Earth’s inner core may be changing its shape

THE earth’s inner core, which until now was widely believed to be a solid sphere, is located about 5,000 km below the earth’s surface and is anchored by gravity within the molten liquid outer core. According to a new study by scientists of the University of Southern California (USC), the surface of the inner core may be changing. The work was published in a recent issue of Nature Geoscience.

Geoscientists have for a long time debated the changing inner core. However, much of the research has been focussed on assessing the core’s rotation. The original aim of the USC scientists, too, was to further delineate the slowing of the inner core. “[We] didn’t set out to define the physical nature of the inner core,” said John Vidale of the USC, who is the principal investigator of this new study.

“But as I was analyzing multiple decades’ worth of seismograms, one dataset of seismic waves curiously stood out from the rest,” Vidale said. “Later on, I’d realize I was staring at evidence the inner core is not solid.” The study utilised the seismic waveform data of 121 repeating earthquakes that occurred between 1991 and 2024 at 42 locations near Antarctica’s South Sandwich Islands. “At first the dataset confounded me,” Vidale said. Only when the research team improved the resolution technique did it become clear that the seismic waveforms represented additional physical activity of the inner core.

“What we ended up discovering is evidence that the near surface of Earth’s inner core undergoes structural change,” he said. The finding sheds light on the role topographical activity plays in rotational changes in the inner core—including changes that have minutely altered the length of a day—and may also relate to the inner core’s ongoing slowing. A study the USC scientists published last year showed that the rotation of the core had slowed down around 2010. The physical activity is best explained as temporal changes in the shape of the inner core. The new study indicates that the near surface of the inner core may undergo viscous deformation, changing its shape and shifting at the inner core’s shallow boundary.
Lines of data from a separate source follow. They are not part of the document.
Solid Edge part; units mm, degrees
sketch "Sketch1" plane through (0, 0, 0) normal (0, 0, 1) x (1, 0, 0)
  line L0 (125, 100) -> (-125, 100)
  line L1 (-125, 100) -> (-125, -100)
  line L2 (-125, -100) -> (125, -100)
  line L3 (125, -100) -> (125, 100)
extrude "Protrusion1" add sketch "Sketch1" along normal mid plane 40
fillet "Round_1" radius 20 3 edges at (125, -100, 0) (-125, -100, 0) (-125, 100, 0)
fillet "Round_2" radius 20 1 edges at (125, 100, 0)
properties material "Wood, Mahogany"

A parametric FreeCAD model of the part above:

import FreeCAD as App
import Part
import Sketcher
from FreeCAD import Vector
Q = App.Units.Quantity


def edges_at(feature, points):
    """Names of the edges that pass closest to the given points."""
    edges = feature.Shape.Edges
    near = lambda p: min(range(len(edges)), key=lambda i: edges[i].distToShape(Part.Vertex(*p))[0])
    return sorted({f"Edge{near(p) + 1}" for p in points})


def add_polygon(sketch, points):
    """Adds a closed chain of lines whose ends are joined by coincident constraints."""
    first, n = sketch.GeometryCount, len(points)
    for a, b in zip(points, points[1:] + points[:1]):
        sketch.addGeometry(Part.LineSegment(App.Vector(*a, 0), App.Vector(*b, 0)), False)
    for i in range(n):
        sketch.addConstraint(Sketcher.Constraint("Coincident", first + i, 2, first + (i + 1) % n, 1))

doc = App.newDocument("Part")
body = doc.addObject("PartDesign::Body", "Body")

sketch1 = body.newObject("Sketcher::SketchObject", "Sketch")
sketch1.AttachmentSupport = (doc.getObject("XY_Plane"), [""])
sketch1.MapMode = "FlatFace"
add_polygon(sketch1, [(125, -100), (125, 100), (-125, 100), (-125, -100)])
sketch1.addConstraint(Sketcher.Constraint("Vertical", 0))
sketch1.addConstraint(Sketcher.Constraint("Horizontal", 1))
sketch1.addConstraint(Sketcher.Constraint("Vertical", 2))
sketch1.addConstraint(Sketcher.Constraint("Horizontal", 3))
sketch1.addConstraint(Sketcher.Constraint("Symmetric", 0, 2, 2, 2, -1, 1))
sketch1.addConstraint(Sketcher.Constraint("DistanceX", 1, 2, 1, 1, Q("250 mm")))
sketch1.addConstraint(Sketcher.Constraint("DistanceY", 0, 1, 0, 2, Q("200 mm")))
pad1 = body.newObject("PartDesign::Pad", "Pad")
pad1.Profile = sketch1
pad1.Length = 40
pad1.Midplane = True
doc.recompute()

fillet = body.newObject("PartDesign::Fillet", "Fillet")
fillet.Base = (pad1, edges_at(pad1, [(125, -100, 0), (-125, -100, 0), (-125, 100, 0)]))
fillet.Radius = 20
doc.recompute()

fillet2 = body.newObject("PartDesign::Fillet", "Fillet001")
fillet2.Base = (fillet, edges_at(fillet, [(125, 100, 0)]))
fillet2.Radius = 20

doc.recompute()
The most likely explanation for this, according to the researchers, is interaction between the inner and outer core. “The molten outer core is widely known to be turbulent, but its turbulence had not been observed to disrupt… the inner core on a human timescale,” Vidale said. “What we’re observing in this study for the first time is likely the outer core disturbing the inner core.” Vidale said the discovery opened a door to reveal previously hidden dynamics deep within the earth’s core and may lead to better understanding of the earth’s thermal and magnetic fields.